I guess real-time is a subjective term and it varies for each problem. For LipGAN, we will need at least a 350 ms audio window and an identity frame with the target head-pose for the model to work. So as long as you can feed a 350 ms audio window and a face with the target pose continuously the model is good to go in theory. The output from the model itself takes some time to generate. The major time-consuming steps that can be avoided in your case are -

  1. Face detection. You can provide an already cropped face to the model.
  2. You should also load the weights only once and then continuously feed the audio chunks.
  3. Some sort of a data buffer can be created wherein you feed the audio and the face in batches, i.e. while one batch is being generated, you create the next batch.

All these can reduce the time taken to generate the output significantly.

leonvit commented 3 years ago

@Rudrabha thank you very much for you're response in such a short time

chikiuso commented 3 years ago

@Leonthegamer12 I built one , feel free to have a look : https://www.twitch.tv/aipictures

leonvit commented 3 years ago

@Leonthegamer12 I built one , feel free to have a look : https://www.twitch.tv/aipictures

@chikiuso Sorry but is there a way that you can share the code with me. There's a very similar project im working on and it would be very helpful.
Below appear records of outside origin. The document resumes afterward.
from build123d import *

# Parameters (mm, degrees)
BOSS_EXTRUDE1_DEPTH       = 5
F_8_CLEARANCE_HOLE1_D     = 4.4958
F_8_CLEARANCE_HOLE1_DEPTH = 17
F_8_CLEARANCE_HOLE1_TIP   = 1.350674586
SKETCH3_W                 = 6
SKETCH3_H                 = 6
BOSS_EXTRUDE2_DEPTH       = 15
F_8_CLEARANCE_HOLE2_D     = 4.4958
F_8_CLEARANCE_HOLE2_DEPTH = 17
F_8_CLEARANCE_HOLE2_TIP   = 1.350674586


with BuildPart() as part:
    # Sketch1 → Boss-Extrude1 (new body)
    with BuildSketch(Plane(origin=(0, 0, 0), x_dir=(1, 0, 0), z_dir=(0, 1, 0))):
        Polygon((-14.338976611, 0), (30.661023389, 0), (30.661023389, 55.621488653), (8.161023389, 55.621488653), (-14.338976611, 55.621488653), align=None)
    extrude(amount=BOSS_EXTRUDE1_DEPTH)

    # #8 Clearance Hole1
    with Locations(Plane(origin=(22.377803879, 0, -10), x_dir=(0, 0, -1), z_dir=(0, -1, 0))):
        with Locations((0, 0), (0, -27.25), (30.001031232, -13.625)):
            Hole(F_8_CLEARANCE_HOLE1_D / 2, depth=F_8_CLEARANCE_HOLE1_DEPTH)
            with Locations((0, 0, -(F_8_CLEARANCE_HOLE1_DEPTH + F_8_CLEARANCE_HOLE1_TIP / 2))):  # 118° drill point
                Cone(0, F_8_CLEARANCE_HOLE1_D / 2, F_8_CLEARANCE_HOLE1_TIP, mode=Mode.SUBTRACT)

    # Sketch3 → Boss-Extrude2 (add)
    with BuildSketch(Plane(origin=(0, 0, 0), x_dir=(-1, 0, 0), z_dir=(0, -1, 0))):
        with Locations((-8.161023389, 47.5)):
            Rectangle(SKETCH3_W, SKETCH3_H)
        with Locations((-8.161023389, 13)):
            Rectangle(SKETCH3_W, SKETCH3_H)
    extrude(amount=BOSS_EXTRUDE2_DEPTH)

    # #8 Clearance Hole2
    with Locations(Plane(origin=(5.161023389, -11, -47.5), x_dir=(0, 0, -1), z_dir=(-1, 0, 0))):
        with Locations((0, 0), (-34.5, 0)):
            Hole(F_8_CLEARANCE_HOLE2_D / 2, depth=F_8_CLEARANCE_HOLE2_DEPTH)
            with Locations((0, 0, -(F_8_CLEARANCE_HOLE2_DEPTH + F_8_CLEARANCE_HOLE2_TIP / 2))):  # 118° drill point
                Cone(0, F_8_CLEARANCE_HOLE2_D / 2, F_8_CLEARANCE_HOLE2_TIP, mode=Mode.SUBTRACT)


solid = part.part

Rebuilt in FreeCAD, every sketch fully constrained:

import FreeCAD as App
import Part
import Sketcher
Q = App.Units.Quantity


def add_polygon(sketch, points):
    """Adds a closed chain of lines whose ends are joined by coincident constraints."""
    first, n = sketch.GeometryCount, len(points)
    for a, b in zip(points, points[1:] + points[:1]):
        sketch.addGeometry(Part.LineSegment(App.Vector(*a, 0), App.Vector(*b, 0)), False)
    for i in range(n):
        sketch.addConstraint(Sketcher.Constraint("Coincident", first + i, 2, first + (i + 1) % n, 1))

doc = App.newDocument("Part")
body = doc.addObject("PartDesign::Body", "Body")

# Sketch on XZ plane
sketch1 = body.newObject("Sketcher::SketchObject", "Sketch")
sketch1.AttachmentSupport = (doc.getObject("XZ_Plane"), [""])
sketch1.MapMode = "FlatFace"
add_polygon(sketch1, [(-14, 0), (31, 0), (31, -56), (-14, -56)])  # lines 0-3
sketch1.addConstraint([
    Sketcher.Constraint("Horizontal", 0),
    Sketcher.Constraint("Vertical", 1),
    Sketcher.Constraint("Horizontal", 2),
    Sketcher.Constraint("Vertical", 3),
    Sketcher.Constraint("PointOnObject", 0, 2, -1),
    Sketcher.Constraint("DistanceX", 0, 1, 0, 2, Q("45 mm")),
    Sketcher.Constraint("DistanceY", 1, 2, 1, 1, Q("55.621489 mm")),
    Sketcher.Constraint("DistanceX", -1, 1, 0, 2, Q("30.661023 mm")),
])
pad1 = body.newObject("PartDesign::Pad", "Pad")
pad1.Profile = sketch1
pad1.Length = 5
pad1.Reversed = True

# Sketch on XZ plane
sketch2 = body.newObject("Sketcher::SketchObject", "Sketch001")
sketch2.AttachmentSupport = (doc.getObject("XZ_Plane"), [""])
sketch2.MapMode = "FlatFace"
sketch2.addGeometry([
    Part.Circle(App.Vector(22.4, -10, 0), App.Vector(0, 0, 1), 2.2),
    Part.Circle(App.Vector(-4.9, -10, 0), App.Vector(0, 0, 1), 2.2),
    Part.Circle(App.Vector(8.8, -40, 0), App.Vector(0, 0, 1), 2.2),
], False)
sketch2.addConstraint([
    Sketcher.Constraint("Equal", 0, 1),
    Sketcher.Constraint("Equal", 1, 2),
    Sketcher.Constraint("Horizontal", 0, 3, 1, 3),
    Sketcher.Constraint("DistanceY", 0, 3, -1, 1, Q("10 mm")),
    Sketcher.Constraint("Diameter", 0, Q("4.4958 mm")),
    Sketcher.Constraint("DistanceX", 1, 3, 0, 3, Q("27.25 mm")),
    Sketcher.Constraint("DistanceX", 2, 3, 0, 3, Q("13.625 mm")),
    Sketcher.Constraint("DistanceY", 2, 3, -1, 1, Q("40.001031 mm")),
    Sketcher.Constraint("DistanceX", -1, 1, 0, 3, Q("22.377804 mm")),
])
doc.recompute()
hole = body.newObject("PartDesign::Hole", "Hole")
hole.Profile = sketch2
hole.ThreadType = "None"
hole.Diameter = 4.4958
hole.DepthType = "Dimension"
hole.Depth = 17
hole.DrillPoint = "Angled"
hole.DrillPointAngle = 118

# Sketch on XZ plane
sketch3 = body.newObject("Sketcher::SketchObject", "Sketch002")
sketch3.AttachmentSupport = (doc.getObject("XZ_Plane"), [""])
sketch3.MapMode = "FlatFace"
add_polygon(sketch3, [(11, -50), (11, -44), (5, -44), (5, -50)])  # lines 0-3
add_polygon(sketch3, [(11, -16), (11, -10), (5, -10), (5, -16)])  # lines 4-7
sketch3.addConstraint([
    Sketcher.Constraint("Vertical", 0),
    Sketcher.Constraint("Horizontal", 1),
    Sketcher.Constraint("Vertical", 2),
    Sketcher.Constraint("Horizontal", 3),
    Sketcher.Constraint("Vertical", 4),
    Sketcher.Constraint("Horizontal", 5),
    Sketcher.Constraint("Vertical", 6),
    Sketcher.Constraint("Horizontal", 7),
    Sketcher.Constraint("Vertical", 3, 2, 4, 2),
    Sketcher.Constraint("Vertical", 2, 2, 5, 2),
    Sketcher.Constraint("Equal", 7, 0),
    Sketcher.Constraint("Equal", 2, 4),
    Sketcher.Constraint("DistanceX", 1, 2, 1, 1, Q("6 mm")),
    Sketcher.Constraint("DistanceY", 4, 2, -1, 1, Q("10 mm")),
    Sketcher.Constraint("DistanceY", 0, 2, -1, 1, Q("44.5 mm")),
    Sketcher.Constraint("DistanceX", -1, 1, 0, 2, Q("11.161023 mm")),
])
pad2 = body.newObject("PartDesign::Pad", "Pad001")
pad2.Profile = sketch3
pad2.Length = 15

# Sketch on YZ plane
sketch4 = body.newObject("Sketcher::SketchObject", "Sketch003")
sketch4.AttachmentSupport = (doc.getObject("YZ_Plane"), [""])
sketch4.MapMode = "FlatFace"
sketch4.AttachmentOffset = App.Placement(App.Vector(0, 0, 5.161023), App.Rotation())
sketch4.addGeometry([
    Part.Circle(App.Vector(-11, -47.5, 0), App.Vector(0, 0, 1), 2.2),
    Part.Circle(App.Vector(-11, -13, 0), App.Vector(0, 0, 1), 2.2),
], False)
sketch4.addConstraint([
    Sketcher.Constraint("Equal", 0, 1),
    Sketcher.Constraint("Vertical", 0, 3, 1, 3),
    Sketcher.Constraint("DistanceX", 0, 3, -1, 1, Q("11 mm")),
    Sketcher.Constraint("DistanceY", 1, 3, -1, 1, Q("13 mm")),
    Sketcher.Constraint("Diameter", 0, Q("4.4958 mm")),
    Sketcher.Constraint("DistanceY", 0, 3, -1, 1, Q("47.5 mm")),
])
doc.recompute()
hole2 = body.newObject("PartDesign::Hole", "Hole001")
hole2.Profile = sketch4
hole2.ThreadType = "None"
hole2.Diameter = 4.4958
hole2.DepthType = "Dimension"
hole2.Depth = 17
hole2.DrillPoint = "Angled"
hole2.DrillPointAngle = 118
hole2.Reversed = True

doc.recompute()
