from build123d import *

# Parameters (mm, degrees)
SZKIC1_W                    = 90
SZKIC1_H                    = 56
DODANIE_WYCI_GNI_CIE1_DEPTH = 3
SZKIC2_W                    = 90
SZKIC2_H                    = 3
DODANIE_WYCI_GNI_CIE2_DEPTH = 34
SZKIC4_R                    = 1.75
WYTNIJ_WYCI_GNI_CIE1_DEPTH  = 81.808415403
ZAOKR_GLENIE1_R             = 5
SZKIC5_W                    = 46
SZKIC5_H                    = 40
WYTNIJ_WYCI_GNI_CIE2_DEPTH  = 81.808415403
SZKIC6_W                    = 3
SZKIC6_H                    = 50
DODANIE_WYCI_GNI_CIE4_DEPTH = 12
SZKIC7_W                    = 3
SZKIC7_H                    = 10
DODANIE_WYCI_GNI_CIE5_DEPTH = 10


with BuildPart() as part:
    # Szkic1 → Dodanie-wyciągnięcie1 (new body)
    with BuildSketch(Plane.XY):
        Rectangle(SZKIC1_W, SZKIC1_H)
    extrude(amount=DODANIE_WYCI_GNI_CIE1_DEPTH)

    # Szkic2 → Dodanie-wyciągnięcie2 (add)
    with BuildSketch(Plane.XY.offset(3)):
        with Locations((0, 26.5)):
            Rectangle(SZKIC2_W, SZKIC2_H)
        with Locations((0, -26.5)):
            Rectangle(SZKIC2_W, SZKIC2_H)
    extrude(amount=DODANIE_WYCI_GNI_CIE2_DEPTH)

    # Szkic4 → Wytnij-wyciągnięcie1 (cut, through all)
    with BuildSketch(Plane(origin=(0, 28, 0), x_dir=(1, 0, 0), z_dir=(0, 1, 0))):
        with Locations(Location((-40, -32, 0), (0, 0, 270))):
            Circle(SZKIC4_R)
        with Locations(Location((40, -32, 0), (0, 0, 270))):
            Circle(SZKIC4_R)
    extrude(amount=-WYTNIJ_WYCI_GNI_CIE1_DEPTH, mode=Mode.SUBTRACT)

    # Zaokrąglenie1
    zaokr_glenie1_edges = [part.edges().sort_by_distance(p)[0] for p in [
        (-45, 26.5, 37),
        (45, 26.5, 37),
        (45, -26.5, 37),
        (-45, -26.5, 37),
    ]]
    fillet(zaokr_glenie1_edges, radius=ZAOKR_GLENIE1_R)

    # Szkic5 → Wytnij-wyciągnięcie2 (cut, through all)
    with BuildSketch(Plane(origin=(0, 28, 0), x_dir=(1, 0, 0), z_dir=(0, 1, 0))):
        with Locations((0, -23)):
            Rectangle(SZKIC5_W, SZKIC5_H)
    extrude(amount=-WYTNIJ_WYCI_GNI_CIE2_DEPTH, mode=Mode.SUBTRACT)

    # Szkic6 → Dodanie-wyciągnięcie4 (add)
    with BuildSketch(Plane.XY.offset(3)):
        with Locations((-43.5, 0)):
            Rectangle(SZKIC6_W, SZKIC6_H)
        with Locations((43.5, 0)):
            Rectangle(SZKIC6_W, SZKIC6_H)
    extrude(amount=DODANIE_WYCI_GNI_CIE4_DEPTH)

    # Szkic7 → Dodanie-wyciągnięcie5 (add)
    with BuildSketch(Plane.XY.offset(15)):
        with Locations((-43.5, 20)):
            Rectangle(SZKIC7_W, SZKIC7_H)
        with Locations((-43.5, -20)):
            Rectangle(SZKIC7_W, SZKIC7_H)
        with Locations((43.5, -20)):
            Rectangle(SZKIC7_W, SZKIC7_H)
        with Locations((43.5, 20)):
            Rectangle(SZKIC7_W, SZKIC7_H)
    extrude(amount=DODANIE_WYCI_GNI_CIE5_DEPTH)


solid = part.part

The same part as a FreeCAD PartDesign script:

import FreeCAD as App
import Part
import Sketcher
from FreeCAD import Vector
Q = App.Units.Quantity


def edges_at(feature, points):
    """Names of the edges that pass closest to the given points."""
    edges = feature.Shape.Edges
    near = lambda p: min(range(len(edges)), key=lambda i: edges[i].distToShape(Part.Vertex(*p))[0])
    return sorted({f"Edge{near(p) + 1}" for p in points})

doc = App.newDocument("Part")
body = doc.addObject("PartDesign::Body", "Body")

sketch1 = body.newObject("Sketcher::SketchObject", "Sketch")
sketch1.AttachmentSupport = (doc.getObject("XY_Plane"), [""])
sketch1.MapMode = "FlatFace"
sketch1.addGeometry(Part.LineSegment(Vector(-45, 28, 0), Vector(-45, -28, 0)), False)
sketch1.addGeometry(Part.LineSegment(Vector(-45, -28, 0), Vector(45, -28, 0)), False)
sketch1.addGeometry(Part.LineSegment(Vector(45, -28, 0), Vector(45, 28, 0)), False)
sketch1.addGeometry(Part.LineSegment(Vector(45, 28, 0), Vector(-45, 28, 0)), False)
sketch1.addConstraint(Sketcher.Constraint("Coincident", 0, 2, 1, 1))
sketch1.addConstraint(Sketcher.Constraint("Coincident", 1, 2, 2, 1))
sketch1.addConstraint(Sketcher.Constraint("Coincident", 2, 2, 3, 1))
sketch1.addConstraint(Sketcher.Constraint("Coincident", 3, 2, 0, 1))
sketch1.addConstraint(Sketcher.Constraint("Vertical", 0))
sketch1.addConstraint(Sketcher.Constraint("Horizontal", 1))
sketch1.addConstraint(Sketcher.Constraint("Vertical", 2))
sketch1.addConstraint(Sketcher.Constraint("Horizontal", 3))
sketch1.addConstraint(Sketcher.Constraint("Symmetric", 0, 2, 2, 2, -1, 1))
sketch1.addConstraint(Sketcher.Constraint("DistanceX", 1, 1, 1, 2, Q("90 mm")))
sketch1.addConstraint(Sketcher.Constraint("DistanceY", 0, 2, 0, 1, Q("56 mm")))
pad1 = body.newObject("PartDesign::Pad", "Pad")
pad1.Profile = sketch1
pad1.Length = 3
Rudrabha commented 3 years ago

@chikiuso that is really cool :) Does it use LipGAN?

leonvit commented 3 years ago

@chikiuso that is really cool :) Does it use LipGAN?

@chikiuso of course and you're source code would be very helpful

chikiuso commented 3 years ago

@Rudrabha thanks! and thank for your great work. I did use LipGAN in this twitch channel , I will cite your great project in my website ai.pictures as twitch panel is too small to show the paper name :)

@Leonthegamer12 the twitch channel code is composed of several recent major advancements in nlp, voice synthesis and LipGAN etc, now the code is really quite in a mess, I may be open it after I tidy it up and write some documentation, as now the installation and setting of the server is now too too complicated.

Rudrabha commented 3 years ago

@chikiuso Thanks!

leonvit commented 3 years ago

@Rudrabha thanks! and thank for your great work. I did use LipGAN in this twitch channel , I will cite your great project in my website ai.pictures as twitch panel is too small to show the paper name :)

@Leonthegamer12 the twitch channel code is composed of several recent major advancements in nlp, voice synthesis and LipGAN etc, now the code is really quite in a mess, I may be open it after I tidy it up and write some documentation, as now the installation and setting of the server is now too too complicated.

I dont want the whole project. All i want is the part of the code that makes LipGan work in Real-Time as im having some problems there. I'll figure the rest by myself.